六回目、今回のテーマは、和解する。論点を把握し、和解を定義する……だったんですけれど、みなさんの提出物を拝見してですね、ちょっとまだ和解は遠いなあ、という印象です。
 まず、反論とはなんであるか。命題に対し、NOということです。
 単純に「反対する」のではないことに注意して下さい。賛成か反対かではありません。
 真か偽かを判断できる文章を命題と言います。主語があって断定文がある。~である、~べきである、と。
 この命題に対し、逆の断定文を提示することが反論です。
 命題と同じ主語に対し、「主語」+「逆の断定文(~ではない、~べきではない)」になる。これが反論の定義です。
 そしてみなさん、本当に反論が苦手ですね。
 日本語が反論に向いていないということも大きいのですが。
 これまでの講義を思い返すとおわかりいただけると思いますが、主語を省く癖のある言語は、断定文の応酬がしづらいんですね。
 何が主語か、しっかり定義するところから始めないといけない。
 で、今回のみなさんの提出物ですが、全て反論になっていません。
 反論する理由、これを論点といいます。なぜ命題にNOというか。
 論点には種類があります。
 まず感情的な論点。許せないとか、腹が立つとか、悲しいとか。ようは感情、主観的な意見をもとにした論点です。

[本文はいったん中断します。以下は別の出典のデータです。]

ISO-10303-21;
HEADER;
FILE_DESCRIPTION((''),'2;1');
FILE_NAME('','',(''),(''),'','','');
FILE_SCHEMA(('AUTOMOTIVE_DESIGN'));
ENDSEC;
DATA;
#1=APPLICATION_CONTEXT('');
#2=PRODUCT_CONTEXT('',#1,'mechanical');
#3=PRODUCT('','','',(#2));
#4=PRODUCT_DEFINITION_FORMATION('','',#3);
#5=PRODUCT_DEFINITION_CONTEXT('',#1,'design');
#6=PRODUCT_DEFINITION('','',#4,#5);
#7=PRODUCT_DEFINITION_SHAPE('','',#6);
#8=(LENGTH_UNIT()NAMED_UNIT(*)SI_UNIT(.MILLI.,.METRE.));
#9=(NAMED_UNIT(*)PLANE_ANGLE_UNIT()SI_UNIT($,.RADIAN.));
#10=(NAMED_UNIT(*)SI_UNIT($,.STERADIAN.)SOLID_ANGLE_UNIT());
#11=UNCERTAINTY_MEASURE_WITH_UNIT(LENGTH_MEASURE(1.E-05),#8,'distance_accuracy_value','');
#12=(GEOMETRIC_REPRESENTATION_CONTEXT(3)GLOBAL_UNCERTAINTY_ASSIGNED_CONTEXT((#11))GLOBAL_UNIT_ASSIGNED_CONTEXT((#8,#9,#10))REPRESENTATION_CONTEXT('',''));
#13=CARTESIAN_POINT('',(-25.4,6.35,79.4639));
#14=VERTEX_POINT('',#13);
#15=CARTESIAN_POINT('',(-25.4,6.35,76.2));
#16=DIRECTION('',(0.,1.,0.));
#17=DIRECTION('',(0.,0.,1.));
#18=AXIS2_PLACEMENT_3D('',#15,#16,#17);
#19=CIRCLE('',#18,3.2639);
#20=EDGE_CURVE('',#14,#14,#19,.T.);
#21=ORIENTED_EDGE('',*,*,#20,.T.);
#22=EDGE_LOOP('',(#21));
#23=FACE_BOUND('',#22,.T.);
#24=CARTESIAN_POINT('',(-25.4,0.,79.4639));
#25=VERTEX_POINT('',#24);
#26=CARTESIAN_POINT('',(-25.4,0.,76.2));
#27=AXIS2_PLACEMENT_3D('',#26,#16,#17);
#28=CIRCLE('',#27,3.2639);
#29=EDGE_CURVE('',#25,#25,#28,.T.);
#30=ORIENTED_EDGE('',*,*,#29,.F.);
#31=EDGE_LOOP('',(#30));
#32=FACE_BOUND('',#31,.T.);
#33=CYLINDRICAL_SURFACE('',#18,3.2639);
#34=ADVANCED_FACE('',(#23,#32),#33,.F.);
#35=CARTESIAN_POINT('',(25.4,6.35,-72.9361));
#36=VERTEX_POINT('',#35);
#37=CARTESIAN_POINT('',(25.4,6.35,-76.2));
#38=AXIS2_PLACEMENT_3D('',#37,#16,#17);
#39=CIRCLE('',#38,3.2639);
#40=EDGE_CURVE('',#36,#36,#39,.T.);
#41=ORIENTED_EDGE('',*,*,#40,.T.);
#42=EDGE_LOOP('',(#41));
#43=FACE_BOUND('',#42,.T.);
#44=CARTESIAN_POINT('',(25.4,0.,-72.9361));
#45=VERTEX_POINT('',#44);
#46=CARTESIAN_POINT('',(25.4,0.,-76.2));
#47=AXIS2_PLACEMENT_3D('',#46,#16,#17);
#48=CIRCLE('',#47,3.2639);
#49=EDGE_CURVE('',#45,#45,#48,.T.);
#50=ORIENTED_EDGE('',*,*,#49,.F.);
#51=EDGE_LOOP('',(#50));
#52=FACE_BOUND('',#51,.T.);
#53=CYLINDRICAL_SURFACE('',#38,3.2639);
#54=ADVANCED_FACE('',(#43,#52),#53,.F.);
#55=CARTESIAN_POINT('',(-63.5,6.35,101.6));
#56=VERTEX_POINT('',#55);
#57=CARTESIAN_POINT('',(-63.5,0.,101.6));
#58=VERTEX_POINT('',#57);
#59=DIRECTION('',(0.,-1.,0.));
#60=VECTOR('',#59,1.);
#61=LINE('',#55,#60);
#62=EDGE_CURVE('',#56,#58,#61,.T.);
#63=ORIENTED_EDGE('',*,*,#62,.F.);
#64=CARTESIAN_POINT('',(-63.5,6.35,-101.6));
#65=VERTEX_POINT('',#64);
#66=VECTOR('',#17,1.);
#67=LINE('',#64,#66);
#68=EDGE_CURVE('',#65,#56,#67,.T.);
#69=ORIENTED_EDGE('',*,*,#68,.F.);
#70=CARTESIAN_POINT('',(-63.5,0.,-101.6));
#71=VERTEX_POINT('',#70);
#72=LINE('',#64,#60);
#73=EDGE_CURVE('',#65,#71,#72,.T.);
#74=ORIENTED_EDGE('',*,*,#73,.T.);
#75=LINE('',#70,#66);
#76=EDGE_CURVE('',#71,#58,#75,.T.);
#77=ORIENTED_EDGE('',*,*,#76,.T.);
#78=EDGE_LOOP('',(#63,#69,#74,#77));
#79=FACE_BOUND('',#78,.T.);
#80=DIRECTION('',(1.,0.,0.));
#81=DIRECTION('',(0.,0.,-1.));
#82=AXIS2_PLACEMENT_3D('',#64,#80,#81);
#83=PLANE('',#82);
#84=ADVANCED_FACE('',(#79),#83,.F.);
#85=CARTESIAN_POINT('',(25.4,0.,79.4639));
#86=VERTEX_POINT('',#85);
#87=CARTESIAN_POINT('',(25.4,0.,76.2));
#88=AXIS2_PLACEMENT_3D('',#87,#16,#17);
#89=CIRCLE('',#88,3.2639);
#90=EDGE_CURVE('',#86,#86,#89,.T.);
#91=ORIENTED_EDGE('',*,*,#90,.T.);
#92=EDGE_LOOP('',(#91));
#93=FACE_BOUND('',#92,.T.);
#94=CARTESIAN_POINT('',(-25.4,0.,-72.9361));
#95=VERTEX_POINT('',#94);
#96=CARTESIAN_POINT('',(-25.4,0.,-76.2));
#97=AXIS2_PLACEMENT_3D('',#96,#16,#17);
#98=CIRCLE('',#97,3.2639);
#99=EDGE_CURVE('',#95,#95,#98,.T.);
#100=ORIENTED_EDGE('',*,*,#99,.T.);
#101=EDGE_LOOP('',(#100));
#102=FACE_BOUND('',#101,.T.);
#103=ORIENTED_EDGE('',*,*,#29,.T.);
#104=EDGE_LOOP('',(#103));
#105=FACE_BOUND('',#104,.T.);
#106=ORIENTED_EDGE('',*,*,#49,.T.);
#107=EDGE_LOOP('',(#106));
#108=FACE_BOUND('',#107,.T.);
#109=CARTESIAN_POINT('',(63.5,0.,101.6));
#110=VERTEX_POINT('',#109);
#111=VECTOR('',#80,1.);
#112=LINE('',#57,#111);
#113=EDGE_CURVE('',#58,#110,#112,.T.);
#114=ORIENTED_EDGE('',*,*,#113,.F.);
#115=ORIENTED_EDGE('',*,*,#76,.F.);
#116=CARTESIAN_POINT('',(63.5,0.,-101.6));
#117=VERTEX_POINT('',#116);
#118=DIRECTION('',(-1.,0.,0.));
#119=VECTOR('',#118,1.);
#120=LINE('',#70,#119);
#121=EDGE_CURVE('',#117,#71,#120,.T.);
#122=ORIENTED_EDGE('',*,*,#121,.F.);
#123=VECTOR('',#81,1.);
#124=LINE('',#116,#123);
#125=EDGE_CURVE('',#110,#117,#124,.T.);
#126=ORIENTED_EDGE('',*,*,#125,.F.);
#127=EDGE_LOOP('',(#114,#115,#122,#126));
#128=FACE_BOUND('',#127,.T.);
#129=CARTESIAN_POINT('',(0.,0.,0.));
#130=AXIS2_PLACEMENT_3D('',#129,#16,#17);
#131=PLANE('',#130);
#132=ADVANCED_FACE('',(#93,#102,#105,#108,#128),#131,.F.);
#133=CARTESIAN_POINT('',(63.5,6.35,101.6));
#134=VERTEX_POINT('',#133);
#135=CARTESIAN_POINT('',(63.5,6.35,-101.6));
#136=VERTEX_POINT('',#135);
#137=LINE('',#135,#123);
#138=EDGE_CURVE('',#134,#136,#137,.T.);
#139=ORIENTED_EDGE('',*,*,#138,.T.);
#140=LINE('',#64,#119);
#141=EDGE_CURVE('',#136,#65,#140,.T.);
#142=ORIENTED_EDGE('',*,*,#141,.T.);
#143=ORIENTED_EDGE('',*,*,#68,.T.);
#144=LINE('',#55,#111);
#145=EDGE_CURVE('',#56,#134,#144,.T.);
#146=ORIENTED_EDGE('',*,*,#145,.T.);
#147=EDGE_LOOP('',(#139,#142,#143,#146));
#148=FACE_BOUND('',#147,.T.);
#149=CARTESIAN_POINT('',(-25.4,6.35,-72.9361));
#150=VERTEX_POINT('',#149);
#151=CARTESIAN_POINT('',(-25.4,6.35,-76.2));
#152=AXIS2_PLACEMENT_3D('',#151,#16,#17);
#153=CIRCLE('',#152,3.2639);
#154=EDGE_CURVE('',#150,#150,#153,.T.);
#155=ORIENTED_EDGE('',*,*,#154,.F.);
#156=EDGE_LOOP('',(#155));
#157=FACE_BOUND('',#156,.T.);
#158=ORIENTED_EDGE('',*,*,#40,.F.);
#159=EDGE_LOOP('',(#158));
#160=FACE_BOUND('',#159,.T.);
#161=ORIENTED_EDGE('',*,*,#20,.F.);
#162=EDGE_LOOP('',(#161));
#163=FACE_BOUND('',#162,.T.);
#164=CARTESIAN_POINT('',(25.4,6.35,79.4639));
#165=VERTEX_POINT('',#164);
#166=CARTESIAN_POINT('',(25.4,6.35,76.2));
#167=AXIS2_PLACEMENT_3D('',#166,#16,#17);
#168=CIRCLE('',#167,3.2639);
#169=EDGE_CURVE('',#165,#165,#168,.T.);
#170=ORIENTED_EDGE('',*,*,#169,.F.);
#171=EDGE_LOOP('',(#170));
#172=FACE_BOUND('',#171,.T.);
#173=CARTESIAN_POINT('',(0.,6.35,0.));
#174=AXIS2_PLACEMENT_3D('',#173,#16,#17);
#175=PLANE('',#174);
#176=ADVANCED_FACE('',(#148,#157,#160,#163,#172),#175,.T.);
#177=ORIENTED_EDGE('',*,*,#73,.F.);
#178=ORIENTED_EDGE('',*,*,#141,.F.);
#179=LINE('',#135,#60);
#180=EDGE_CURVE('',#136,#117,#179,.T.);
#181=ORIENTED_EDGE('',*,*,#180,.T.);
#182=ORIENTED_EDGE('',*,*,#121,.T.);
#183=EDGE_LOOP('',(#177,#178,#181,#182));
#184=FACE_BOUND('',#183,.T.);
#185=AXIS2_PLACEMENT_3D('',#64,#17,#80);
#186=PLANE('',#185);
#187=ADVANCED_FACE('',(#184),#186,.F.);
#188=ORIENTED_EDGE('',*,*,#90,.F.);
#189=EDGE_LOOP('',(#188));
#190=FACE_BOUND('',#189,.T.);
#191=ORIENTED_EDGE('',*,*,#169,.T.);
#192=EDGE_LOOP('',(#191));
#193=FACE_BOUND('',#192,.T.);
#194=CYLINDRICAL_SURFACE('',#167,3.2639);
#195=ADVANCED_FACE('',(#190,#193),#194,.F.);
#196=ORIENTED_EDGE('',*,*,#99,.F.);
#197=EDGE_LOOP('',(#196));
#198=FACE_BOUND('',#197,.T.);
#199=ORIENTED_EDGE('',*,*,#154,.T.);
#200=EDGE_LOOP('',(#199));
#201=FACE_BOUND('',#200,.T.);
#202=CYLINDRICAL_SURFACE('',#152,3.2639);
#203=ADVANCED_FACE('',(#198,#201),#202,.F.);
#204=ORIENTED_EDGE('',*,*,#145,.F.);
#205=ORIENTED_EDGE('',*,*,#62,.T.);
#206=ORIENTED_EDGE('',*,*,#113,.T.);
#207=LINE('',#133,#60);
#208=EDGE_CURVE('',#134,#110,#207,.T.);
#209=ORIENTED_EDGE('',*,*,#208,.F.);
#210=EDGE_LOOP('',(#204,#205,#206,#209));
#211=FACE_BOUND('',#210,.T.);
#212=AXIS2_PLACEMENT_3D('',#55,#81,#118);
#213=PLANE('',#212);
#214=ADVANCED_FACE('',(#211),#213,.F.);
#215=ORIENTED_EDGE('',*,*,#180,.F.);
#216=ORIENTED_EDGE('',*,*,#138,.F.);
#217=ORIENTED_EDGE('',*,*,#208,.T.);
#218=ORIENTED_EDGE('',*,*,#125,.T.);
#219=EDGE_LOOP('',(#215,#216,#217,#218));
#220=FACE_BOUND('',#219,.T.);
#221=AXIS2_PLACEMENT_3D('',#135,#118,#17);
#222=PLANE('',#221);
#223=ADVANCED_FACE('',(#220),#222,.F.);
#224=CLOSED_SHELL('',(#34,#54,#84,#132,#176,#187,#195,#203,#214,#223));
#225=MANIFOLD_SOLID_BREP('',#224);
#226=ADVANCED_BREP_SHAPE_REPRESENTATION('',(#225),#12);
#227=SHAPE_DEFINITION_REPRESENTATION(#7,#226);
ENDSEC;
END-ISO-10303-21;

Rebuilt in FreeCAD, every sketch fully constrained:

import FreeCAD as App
import Part
import Sketcher

V = App.Vector
Q = App.Units.Quantity


def add_polygon(sketch, points):
    """Adds a closed chain of lines whose ends are joined by coincident constraints."""
    first, n = sketch.GeometryCount, len(points)
    for a, b in zip(points, points[1:] + points[:1]):
        sketch.addGeometry(Part.LineSegment(App.Vector(*a, 0), App.Vector(*b, 0)), False)
    for i in range(n):
        sketch.addConstraint(Sketcher.Constraint("Coincident", first + i, 2, first + (i + 1) % n, 1))

doc = App.newDocument("Part")
body = doc.addObject("PartDesign::Body", "Body")

# Sketch on XZ plane
sketch1 = body.newObject("Sketcher::SketchObject", "Sketch")
sketch1.AttachmentSupport = (doc.getObject("XZ_Plane"), [""])
sketch1.MapMode = "FlatFace"
add_polygon(sketch1, [(-64, -102), (-64, 102), (64, 102), (64, -102)])  # lines 0-3
sketch1.addConstraint(Sketcher.Constraint("Vertical", 0))
sketch1.addConstraint(Sketcher.Constraint("Horizontal", 1))
sketch1.addConstraint(Sketcher.Constraint("Vertical", 2))
sketch1.addConstraint(Sketcher.Constraint("Horizontal", 3))
sketch1.addConstraint(Sketcher.Constraint("Symmetric", 0, 2, 2, 2, -1, 1))
sketch1.addConstraint(Sketcher.Constraint("DistanceX", 1, 1, 1, 2, Q("5 in")))
sketch1.addConstraint(Sketcher.Constraint("DistanceY", 0, 1, 0, 2, Q("8 in")))
pad1 = body.newObject("PartDesign::Pad", "Pad")
pad1.Profile = sketch1
pad1.Length = Q("0.25 in")
pad1.Reversed = True

# Sketch on XZ plane
sketch2 = body.newObject("Sketcher::SketchObject", "Sketch001")
sketch2.AttachmentSupport = (doc.getObject("XZ_Plane"), [""])
sketch2.MapMode = "FlatFace"
sketch2.AttachmentOffset = App.Placement(V(0, 0, -0.25 * 25.4), App.Rotation())
sketch2.addGeometry(Part.Circle(V(-25.4, -76.2, 0), V(0, 0, 1), 3.3), False)
sketch2.addGeometry(Part.Circle(V(25.4, -76.2, 0), V(0, 0, 1), 3.3), False)
sketch2.addGeometry(Part.Circle(V(25.4, 76.2, 0), V(0, 0, 1), 3.3), False)
sketch2.addGeometry(Part.Circle(V(-25.4, 76.2, 0), V(0, 0, 1), 3.3), False)
sketch2.addConstraint(Sketcher.Constraint("Equal", 0, 1))
sketch2.addConstraint(Sketcher.Constraint("Equal", 1, 2))
sketch2.addConstraint(Sketcher.Constraint("Equal", 2, 3))
sketch2.addConstraint(Sketcher.Constraint("Symmetric", 0, 3, 2, 3, -1, 1))
sketch2.addConstraint(Sketcher.Constraint("Symmetric", 1, 3, 3, 3, -1, 1))
sketch2.addConstraint(Sketcher.Constraint("Symmetric", 0, 3, 1, 3, -2))
sketch2.addConstraint(Sketcher.Constraint("Diameter", 0, Q("0.257 in")))
sketch2.addConstraint(Sketcher.Constraint("DistanceX", 0, 3, -1, 1, Q("1 in")))
sketch2.addConstraint(Sketcher.Constraint("DistanceY", 0, 3, -1, 1, Q("3 in")))
doc.recompute()
hole = body.newObject("PartDesign::Hole", "Hole")
hole.Profile = sketch2
hole.ThreadType = "None"
hole.Diameter = Q("0.257 in")
hole.DepthType = "ThroughAll"
hole.Reversed = True

doc.recompute()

 次が論理的な論点。客観的で科学的な事実などです。いわゆる論点というと、これだけだと思われがちですけれど、そうとは限らないんですね。
 さらにあるのが、律法的な論点。過去の決めごとを盾にする。こうなっているんだから、こうだ、みたいな。最近「正論おじさん」というのをニュース記事で読んだんですけど、あんな感じです(笑)。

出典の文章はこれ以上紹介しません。